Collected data

□ □ □ □

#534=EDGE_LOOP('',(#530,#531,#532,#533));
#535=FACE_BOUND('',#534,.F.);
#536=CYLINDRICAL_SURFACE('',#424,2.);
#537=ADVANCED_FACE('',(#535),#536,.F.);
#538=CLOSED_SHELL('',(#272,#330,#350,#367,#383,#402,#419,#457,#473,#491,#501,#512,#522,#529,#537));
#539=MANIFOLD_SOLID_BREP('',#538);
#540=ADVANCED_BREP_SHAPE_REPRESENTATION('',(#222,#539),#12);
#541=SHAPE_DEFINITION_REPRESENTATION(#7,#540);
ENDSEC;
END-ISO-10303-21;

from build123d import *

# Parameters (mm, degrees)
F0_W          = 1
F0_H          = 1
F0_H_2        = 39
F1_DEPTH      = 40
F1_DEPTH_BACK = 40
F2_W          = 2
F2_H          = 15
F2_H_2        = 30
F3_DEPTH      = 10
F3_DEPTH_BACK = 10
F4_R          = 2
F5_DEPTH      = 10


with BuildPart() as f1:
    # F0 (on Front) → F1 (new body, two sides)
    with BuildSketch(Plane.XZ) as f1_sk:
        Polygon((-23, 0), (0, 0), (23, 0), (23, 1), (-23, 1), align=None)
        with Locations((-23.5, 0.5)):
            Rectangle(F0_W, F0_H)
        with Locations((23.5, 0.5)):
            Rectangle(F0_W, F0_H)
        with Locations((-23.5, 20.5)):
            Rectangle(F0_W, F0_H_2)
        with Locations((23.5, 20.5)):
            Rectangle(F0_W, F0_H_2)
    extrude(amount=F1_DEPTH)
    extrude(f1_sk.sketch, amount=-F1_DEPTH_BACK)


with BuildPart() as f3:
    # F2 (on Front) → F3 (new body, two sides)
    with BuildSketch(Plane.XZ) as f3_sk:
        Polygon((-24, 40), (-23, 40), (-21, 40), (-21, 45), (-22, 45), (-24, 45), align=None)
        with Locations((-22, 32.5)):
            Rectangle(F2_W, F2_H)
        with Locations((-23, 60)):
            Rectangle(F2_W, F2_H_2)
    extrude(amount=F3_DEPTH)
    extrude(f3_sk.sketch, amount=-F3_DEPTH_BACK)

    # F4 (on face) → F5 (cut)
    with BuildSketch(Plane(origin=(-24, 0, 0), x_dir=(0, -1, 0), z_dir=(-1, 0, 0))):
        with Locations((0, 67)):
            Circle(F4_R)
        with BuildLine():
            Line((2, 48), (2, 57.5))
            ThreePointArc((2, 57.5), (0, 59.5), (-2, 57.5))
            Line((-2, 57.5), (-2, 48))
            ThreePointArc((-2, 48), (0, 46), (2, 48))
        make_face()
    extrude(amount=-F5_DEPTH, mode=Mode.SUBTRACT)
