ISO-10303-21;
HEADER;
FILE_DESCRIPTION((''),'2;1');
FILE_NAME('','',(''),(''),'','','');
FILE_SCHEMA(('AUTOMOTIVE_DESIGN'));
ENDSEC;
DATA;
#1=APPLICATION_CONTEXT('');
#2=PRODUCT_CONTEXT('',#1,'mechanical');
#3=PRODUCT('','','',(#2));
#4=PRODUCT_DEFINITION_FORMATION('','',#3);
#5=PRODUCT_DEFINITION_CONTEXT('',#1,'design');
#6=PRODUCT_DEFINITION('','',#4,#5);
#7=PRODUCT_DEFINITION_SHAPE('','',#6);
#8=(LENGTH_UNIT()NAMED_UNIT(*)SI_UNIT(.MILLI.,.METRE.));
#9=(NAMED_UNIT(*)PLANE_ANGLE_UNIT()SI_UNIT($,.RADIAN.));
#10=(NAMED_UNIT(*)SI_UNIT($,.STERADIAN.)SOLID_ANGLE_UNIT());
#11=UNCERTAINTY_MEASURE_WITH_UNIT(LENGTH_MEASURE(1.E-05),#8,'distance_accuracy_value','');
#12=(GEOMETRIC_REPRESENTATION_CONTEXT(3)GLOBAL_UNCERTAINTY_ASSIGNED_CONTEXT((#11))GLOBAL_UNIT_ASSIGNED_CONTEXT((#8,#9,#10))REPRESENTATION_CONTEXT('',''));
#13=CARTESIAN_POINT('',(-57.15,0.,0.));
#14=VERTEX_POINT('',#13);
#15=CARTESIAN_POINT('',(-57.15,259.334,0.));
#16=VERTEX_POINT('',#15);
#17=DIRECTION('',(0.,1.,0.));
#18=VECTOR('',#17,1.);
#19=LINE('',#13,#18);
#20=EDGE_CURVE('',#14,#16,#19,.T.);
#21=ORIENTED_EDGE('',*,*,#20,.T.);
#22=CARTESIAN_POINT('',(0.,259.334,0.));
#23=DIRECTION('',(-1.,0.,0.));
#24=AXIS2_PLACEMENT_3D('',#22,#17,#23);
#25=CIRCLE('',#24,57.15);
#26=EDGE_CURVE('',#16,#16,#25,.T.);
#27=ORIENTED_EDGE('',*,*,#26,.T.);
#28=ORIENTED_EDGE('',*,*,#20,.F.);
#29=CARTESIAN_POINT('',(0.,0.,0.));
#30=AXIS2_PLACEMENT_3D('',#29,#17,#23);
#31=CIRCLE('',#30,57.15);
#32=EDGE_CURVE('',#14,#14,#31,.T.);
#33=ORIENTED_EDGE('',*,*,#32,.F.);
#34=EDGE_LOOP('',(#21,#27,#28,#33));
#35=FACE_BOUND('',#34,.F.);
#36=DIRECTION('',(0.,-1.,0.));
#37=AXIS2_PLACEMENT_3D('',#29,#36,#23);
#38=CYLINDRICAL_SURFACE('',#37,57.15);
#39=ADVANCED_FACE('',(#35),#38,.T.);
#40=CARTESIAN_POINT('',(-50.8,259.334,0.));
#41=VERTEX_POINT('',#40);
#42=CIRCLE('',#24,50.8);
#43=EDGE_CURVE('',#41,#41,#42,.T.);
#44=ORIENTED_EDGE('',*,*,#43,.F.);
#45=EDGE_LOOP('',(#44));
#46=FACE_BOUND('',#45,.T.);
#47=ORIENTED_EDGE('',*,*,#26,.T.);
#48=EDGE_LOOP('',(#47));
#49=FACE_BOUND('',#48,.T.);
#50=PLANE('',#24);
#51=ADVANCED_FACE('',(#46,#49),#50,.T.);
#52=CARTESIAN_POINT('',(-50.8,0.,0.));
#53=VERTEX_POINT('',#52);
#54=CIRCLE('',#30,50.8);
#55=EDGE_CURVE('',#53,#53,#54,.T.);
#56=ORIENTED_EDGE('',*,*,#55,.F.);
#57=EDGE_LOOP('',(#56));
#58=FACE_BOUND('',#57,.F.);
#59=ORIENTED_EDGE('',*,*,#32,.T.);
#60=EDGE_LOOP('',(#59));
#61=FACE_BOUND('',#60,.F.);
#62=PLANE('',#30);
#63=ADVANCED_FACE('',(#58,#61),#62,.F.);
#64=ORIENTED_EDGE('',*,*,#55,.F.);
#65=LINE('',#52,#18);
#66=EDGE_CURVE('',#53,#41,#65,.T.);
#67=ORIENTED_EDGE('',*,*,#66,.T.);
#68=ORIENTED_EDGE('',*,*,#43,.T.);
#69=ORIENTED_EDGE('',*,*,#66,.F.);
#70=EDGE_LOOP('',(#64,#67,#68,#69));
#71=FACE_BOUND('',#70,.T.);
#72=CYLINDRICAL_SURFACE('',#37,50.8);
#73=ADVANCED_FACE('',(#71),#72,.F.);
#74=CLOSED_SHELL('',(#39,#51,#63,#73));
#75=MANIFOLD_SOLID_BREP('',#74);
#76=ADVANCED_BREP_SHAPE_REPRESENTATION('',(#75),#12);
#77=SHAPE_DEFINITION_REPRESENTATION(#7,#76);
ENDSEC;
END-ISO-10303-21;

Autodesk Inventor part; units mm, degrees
ref_plane "YZ Plane" through (0, 0, 0) normal (1, 0, 0) x (0, 1, 0)
ref_plane "XZ Plane" through (0, 0, 0) normal (0, 1, 0) x (-1, 0, 0)
ref_plane "XY Plane" through (0, 0, 0) normal (0, 0, 1) x (1, 0, 0)
sketch "Sketch1" plane through (0, 0, 0) normal (0, 1, 0) x (-1, 0, 0)
  circle A0 centre (0, 0) radius 50.8
  circle A1 centre (0, 0) radius 57.15
  dimension "d0" = 101.6
  dimension "d1" = 114.3
extrude "Extrusion1" add sketch "Sketch1" along normal blind 259.334
properties part number "Wash_Chamber_Pipe" material "Plastic, Transparent"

□ □ □ □

> [Problem statement] Repeat the entries above exactly, from the first line through the line containing "FILE_DESCRIPTION((''),'2;1');".

> [Output below]
#534=EDGE_LOOP('',(#530,#531,#532,#533));
#535=FACE_BOUND('',#534,.F.);
#536=CYLINDRICAL_SURFACE('',#424,2.);
#537=ADVANCED_FACE('',(#535),#536,.F.);
#538=CLOSED_SHELL('',(#272,#330,#350,#367,#383,#402,#419,#457,#473,#491,#501,#512,#522,#529,#537));
#539=MANIFOLD_SOLID_BREP('',#538);
#540=ADVANCED_BREP_SHAPE_REPRESENTATION('',(#222,#539),#12);
#541=SHAPE_DEFINITION_REPRESENTATION(#7,#540);
ENDSEC;
END-ISO-10303-21;

from build123d import *

# Parameters (mm, degrees)
F0_W          = 1
F0_H          = 1
F0_H_2        = 39
F1_DEPTH      = 40
F1_DEPTH_BACK = 40
F2_W          = 2
F2_H          = 15
F2_H_2        = 30
F3_DEPTH      = 10
F3_DEPTH_BACK = 10
F4_R          = 2
F5_DEPTH      = 10


with BuildPart() as f1:
    # F0 (on Front) → F1 (new body, two sides)
    with BuildSketch(Plane.XZ) as f1_sk:
        Polygon((-23, 0), (0, 0), (23, 0), (23, 1), (-23, 1), align=None)
        with Locations((-23.5, 0.5)):
            Rectangle(F0_W, F0_H)
        with Locations((23.5, 0.5)):
            Rectangle(F0_W, F0_H)
        with Locations((-23.5, 20.5)):
            Rectangle(F0_W, F0_H_2)
        with Locations((23.5, 20.5)):
            Rectangle(F0_W, F0_H_2)
    extrude(amount=F1_DEPTH)
    extrude(f1_sk.sketch, amount=-F1_DEPTH_BACK)


with BuildPart() as f3:
    # F2 (on Front) → F3 (new body, two sides)
    with BuildSketch(Plane.XZ) as f3_sk:
        Polygon((-24, 40), (-23, 40), (-21, 40), (-21, 45), (-22, 45), (-24, 45), align=None)
        with Locations((-22, 32.5)):
            Rectangle(F2_W, F2_H)
        with Locations((-23, 60)):
            Rectangle(F2_W, F2_H_2)
    extrude(amount=F3_DEPTH)
    extrude(f3_sk.sketch, amount=-F3_DEPTH_BACK)

    # F4 (on face) → F5 (cut)
    with BuildSketch(Plane(origin=(-24, 0, 0), x_dir=(0, -1, 0), z_dir=(-1, 0, 0))):
        with Locations((0, 67)):
            Circle(F4_R)
        with BuildLine():
            Line((2, 48), (2, 57.5))
            ThreePointArc((2, 57.5), (0, 59.5), (-2, 57.5))
            Line((-2, 57.5), (-2, 48))
            ThreePointArc((-2, 48), (0, 46), (2, 48))
        make_face()
    extrude(amount=-F5_DEPTH, mode=Mode.SUBTRACT)
ISO-10303-21;
HEADER;
FILE_DESCRIPTION((''),'2;1');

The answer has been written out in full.